Member of the Minnesota House of Representatives from the 50B district 40B (1999–2013)
- In office January 5, 1999 – December 15, 2015
- Preceded by: Kevin Knight (40B), Kate Knuth (50B)
- Succeeded by: Chad Anderson

Personal details
- Born: May 9, 1960 (age 66) Bloomington, Minnesota
- Party: Minnesota Democratic–Farmer–Labor Party
- Spouse: Nels Erickson
- Children: 4
- Alma mater: College of Saint Benedict Humphrey Institute of Public Affairs
- Occupation: lobbyist

= Ann Lenczewski =

American politician

Ann T. Lenczewski (born May 9, 1960) is a Minnesota politician and former member of the Minnesota House of Representatives. A member of the Minnesota Democratic–Farmer–Labor Party (DFL), she represented District 50B, which included portions of the city of Bloomington in Hennepin County in the Twin Cities metropolitan area.

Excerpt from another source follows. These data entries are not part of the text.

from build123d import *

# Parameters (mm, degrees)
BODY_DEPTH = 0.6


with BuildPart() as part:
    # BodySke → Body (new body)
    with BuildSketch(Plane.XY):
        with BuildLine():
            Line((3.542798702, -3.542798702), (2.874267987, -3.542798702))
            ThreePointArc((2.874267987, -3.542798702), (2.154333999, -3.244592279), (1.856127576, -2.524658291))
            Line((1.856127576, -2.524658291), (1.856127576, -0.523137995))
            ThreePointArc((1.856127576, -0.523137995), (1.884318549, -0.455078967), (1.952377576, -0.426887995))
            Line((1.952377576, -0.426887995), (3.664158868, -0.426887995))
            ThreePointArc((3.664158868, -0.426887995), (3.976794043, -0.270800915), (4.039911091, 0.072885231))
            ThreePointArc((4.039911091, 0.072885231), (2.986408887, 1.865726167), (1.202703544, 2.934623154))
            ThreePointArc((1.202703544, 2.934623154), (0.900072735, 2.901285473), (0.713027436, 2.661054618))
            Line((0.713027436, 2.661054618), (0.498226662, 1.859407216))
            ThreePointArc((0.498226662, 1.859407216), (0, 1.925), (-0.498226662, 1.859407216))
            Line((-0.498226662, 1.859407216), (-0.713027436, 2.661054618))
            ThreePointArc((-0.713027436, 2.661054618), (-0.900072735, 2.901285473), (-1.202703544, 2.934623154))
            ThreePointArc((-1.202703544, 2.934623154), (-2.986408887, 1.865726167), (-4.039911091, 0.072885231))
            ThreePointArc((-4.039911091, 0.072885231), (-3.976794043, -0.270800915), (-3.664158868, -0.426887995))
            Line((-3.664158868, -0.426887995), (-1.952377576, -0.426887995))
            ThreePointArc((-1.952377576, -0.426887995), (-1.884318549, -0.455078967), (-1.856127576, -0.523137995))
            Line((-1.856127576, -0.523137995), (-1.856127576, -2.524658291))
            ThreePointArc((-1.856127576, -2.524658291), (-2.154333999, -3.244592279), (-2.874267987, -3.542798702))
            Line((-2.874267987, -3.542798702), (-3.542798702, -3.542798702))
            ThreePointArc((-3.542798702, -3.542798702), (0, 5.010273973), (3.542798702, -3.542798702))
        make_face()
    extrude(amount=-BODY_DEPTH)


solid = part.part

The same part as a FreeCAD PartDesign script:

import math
import FreeCAD as App
import Part
import Sketcher
Q = App.Units.Quantity

doc = App.newDocument("Part")
body = doc.addObject("PartDesign::Body", "Body")

sketch1 = body.newObject("Sketcher::SketchObject", "Sketch")
sketch1.AttachmentSupport = (doc.getObject("XY_Plane"), [""])
sketch1.MapMode = "FlatFace"
sketch1.addGeometry(Part.LineSegment(App.Vector(2.874268, -3.542799, 0), App.Vector(3.542799, -3.542799, 0)), False)
sketch1.addGeometry(Part.ArcOfCircle(Part.Circle(App.Vector(0, 0, 0), App.Vector(0, 0, 1), 5.010274), math.radians(-45), math.radians(225)), False)
sketch1.addGeometry(Part.LineSegment(App.Vector(-3.542799, -3.542799, 0), App.Vector(-2.874268, -3.542799, 0)), False)
sketch1.addGeometry(Part.ArcOfCircle(Part.Circle(App.Vector(-2.874268, -2.524658, 0), App.Vector(0, 0, 1), 1.01814), math.radians(-90), math.radians(0)), False)
sketch1.addGeometry(Part.LineSegment(App.Vector(-1.856128, -2.524658, 0), App.Vector(-1.856128, -0.523138, 0)), False)
sketch1.addGeometry(Part.ArcOfCircle(Part.Circle(App.Vector(-1.952378, -0.523138, 0), App.Vector(0, 0, 1), 0.09625), math.radians(0.000001), math.radians(89.999999)), False)
sketch1.addGeometry(Part.LineSegment(App.Vector(-1.952378, -0.426888, 0), App.Vector(-3.664159, -0.426888, 0)), False)
sketch1.addGeometry(Part.ArcOfCircle(Part.Circle(App.Vector(-3.664159, -0.035748, 0), App.Vector(0, 0, 1), 0.39114), math.radians(163.875018), math.radians(270)), False)
sketch1.addGeometry(Part.ArcOfCircle(Part.Circle(App.Vector(0, -1.095084, 0), App.Vector(0, 0, 1), 4.205358), math.radians(106.618224), math.radians(163.875018)), False)
sketch1.addGeometry(Part.ArcOfCircle(Part.Circle(App.Vector(-1.09084, 2.55982, 0), App.Vector(0, 0, 1), 0.39114), math.radians(15), math.radians(106.618224)), False)
sketch1.addGeometry(Part.LineSegment(App.Vector(-0.713027, 2.661055, 0), App.Vector(-0.498227, 1.859407, 0)), False)
sketch1.addGeometry(Part.ArcOfCircle(Part.Circle(App.Vector(0, 0, 0), App.Vector(0, 0, 1), 1.925), math.radians(75), math.radians(105)), False)
sketch1.addGeometry(Part.LineSegment(App.Vector(0.498227, 1.859407, 0), App.Vector(0.713027, 2.661055, 0)), False)
sketch1.addGeometry(Part.ArcOfCircle(Part.Circle(App.Vector(1.09084, 2.55982, 0), App.Vector(0, 0, 1), 0.39114), math.radians(73.381776), math.radians(165)), False)
sketch1.addGeometry(Part.ArcOfCircle(Part.Circle(App.Vector(0, -1.095084, 0), App.Vector(0, 0, 1), 4.205358), math.radians(16.124982), math.radians(73.381776)), False)
sketch1.addGeometry(Part.ArcOfCircle(Part.Circle(App.Vector(3.664159, -0.035748, 0), App.Vector(0, 0, 1), 0.39114), math.radians(-90), math.radians(16.124982)), False)
sketch1.addGeometry(Part.LineSegment(App.Vector(3.664159, -0.426888, 0), App.Vector(1.952378, -0.426888, 0)), False)
sketch1.addGeometry(Part.ArcOfCircle(Part.Circle(App.Vector(1.952378, -0.523138, 0), App.Vector(0, 0, 1), 0.09625), math.radians(90.000001), math.radians(179.999999)), False)
sketch1.addGeometry(Part.LineSegment(App.Vector(1.856128, -0.523138, 0), App.Vector(1.856128, -2.524658, 0)), False)
sketch1.addGeometry(Part.ArcOfCircle(Part.Circle(App.Vector(2.874268, -2.524658, 0), App.Vector(0, 0, 1), 1.01814), math.radians(-180), math.radians(-90)), False)
sketch1.addConstraint(Sketcher.Constraint("Coincident", 0, 2, 1, 1))
sketch1.addConstraint(Sketcher.Constraint("Coincident", 1, 2, 2, 1))
sketch1.addConstraint(Sketcher.Constraint("Tangent", 2, 2, 3, 1))
sketch1.addConstraint(Sketcher.Constraint("Tangent", 3, 2, 4, 1))
sketch1.addConstraint(Sketcher.Constraint("Tangent", 4, 2, 5, 1))
sketch1.addConstraint(Sketcher.Constraint("Tangent", 5, 2, 6, 1))
sketch1.addConstraint(Sketcher.Constraint("Tangent", 6, 2, 7, 2))
sketch1.addConstraint(Sketcher.Constraint("Tangent", 7, 1, 8, 2))
sketch1.addConstraint(Sketcher.Constraint("Tangent", 8, 1, 9, 2))
sketch1.addConstraint(Sketcher.Constraint("Tangent", 9, 1, 10, 1))
sketch1.addConstraint(Sketcher.Constraint("Coincident", 10, 2, 11, 2))
sketch1.addConstraint(Sketcher.Constraint("Coincident", 11, 1, 12, 1))
sketch1.addConstraint(Sketcher.Constraint("Tangent", 12, 2, 13, 2))
sketch1.addConstraint(Sketcher.Constraint("Tangent", 13, 1, 14, 2))
sketch1.addConstraint(Sketcher.Constraint("Tangent", 14, 1, 15, 2))
sketch1.addConstraint(Sketcher.Constraint("Tangent", 15, 1, 16, 1))
sketch1.addConstraint(Sketcher.Constraint("Tangent", 16, 2, 17, 1))
sketch1.addConstraint(Sketcher.Constraint("Tangent", 17, 2, 18, 1))
sketch1.addConstraint(Sketcher.Constraint("Tangent", 18, 2, 19, 1))
sketch1.addConstraint(Sketcher.Constraint("Tangent", 19, 2, 0, 1))
sketch1.addConstraint(Sketcher.Constraint("Horizontal", 0))
sketch1.addConstraint(Sketcher.Constraint("Horizontal", 2))
sketch1.addConstraint(Sketcher.Constraint("Vertical", 4))
sketch1.addConstraint(Sketcher.Constraint("Horizontal", 6))
sketch1.addConstraint(Sketcher.Constraint("Horizontal", 16))
sketch1.addConstraint(Sketcher.Constraint("Vertical", 18))
sketch1.addConstraint(Sketcher.Constraint("Coincident", 1, 3, -1, 1))
sketch1.addConstraint(Sketcher.Constraint("Coincident", 11, 3, -1, 1))
sketch1.addConstraint(Sketcher.Constraint("Coincident", 14, 3, 8, 3))
sketch1.addConstraint(Sketcher.Constraint("Equal", 7, 9))
sketch1.addConstraint(Sketcher.Constraint("Equal", 9, 13))
sketch1.addConstraint(Sketcher.Constraint("Equal", 8, 14))
sketch1.addConstraint(Sketcher.Constraint("Equal", 13, 15))
sketch1.addConstraint(Sketcher.Constraint("Equal", 5, 17))
sketch1.addConstraint(Sketcher.Constraint("Equal", 3, 19))
sketch1.addConstraint(Sketcher.Constraint("Symmetric", 9, 3, 13, 3, -2))
sketch1.addConstraint(Sketcher.Constraint("Symmetric", 5, 3, 17, 3, -2))
sketch1.addConstraint(Sketcher.Constraint("Horizontal", 3, 3, 19, 3))
sketch1.addConstraint(Sketcher.Constraint("Horizontal", 10, 2, 11, 1))
sketch1.addConstraint(Sketcher.Constraint("Angle", 10, Q("-75 deg")))
sketch1.addConstraint(Sketcher.Constraint("Radius", 11, Q("1.925 mm")))
sketch1.addConstraint(Sketcher.Constraint("Radius", 3, Q("1.01814 mm")))
sketch1.addConstraint(Sketcher.Constraint("Radius", 5, Q("0.09625 mm")))
sketch1.addConstraint(Sketcher.Constraint("Radius", 7, Q("0.39114 mm")))
sketch1.addConstraint(Sketcher.Constraint("Radius", 1, Q("5.010274 mm")))
sketch1.addConstraint(Sketcher.Constraint("Radius", 8, Q("4.205358 mm")))
sketch1.addConstraint(Sketcher.Constraint("DistanceX", 0, 1, 0, 2, Q("0.668531 mm")))
sketch1.addConstraint(Sketcher.Constraint("DistanceX", 6, 2, 6, 1, Q("1.711781 mm")))
sketch1.addConstraint(Sketcher.Constraint("DistanceY", 4, 1, 4, 2, Q("2.00152 mm")))
sketch1.addConstraint(Sketcher.Constraint("DistanceX", -1, 1, 0, 2, Q("3.542799 mm")))
sketch1.addConstraint(Sketcher.Constraint("DistanceX", 9, 3, -1, 1, Q("1.09084 mm")))
pad1 = body.newObject("PartDesign::Pad", "Pad")
pad1.Profile = sketch1
pad1.Length = 0.6
pad1.Reversed = True

doc.recompute()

==Early life, education, and career==
Lenczewski graduated from Bloomington Jefferson High School in Bloomington, then went on to the College of Saint Benedict in St. Joseph, graduating with a B.A. in Psychology. She later attended graduate school at the Humphrey Institute of Public Affairs at the University of Minnesota. She served on the Bloomington Planning and Parks Commission, and was elected to the Bloomington City Council in 1993, serving from 1994 to 1998.

==Minnesota House of Representatives==
Lenczewski was first elected in 1998 and was re-elected every two years since then. She resigned effective December 15, 2015 to join Lockridge Grindal Nauen P.L.L.P.

==Personal life==
Lenczewski is married to Nels Erickson. They have four children and reside in Bloomington, Minnesota.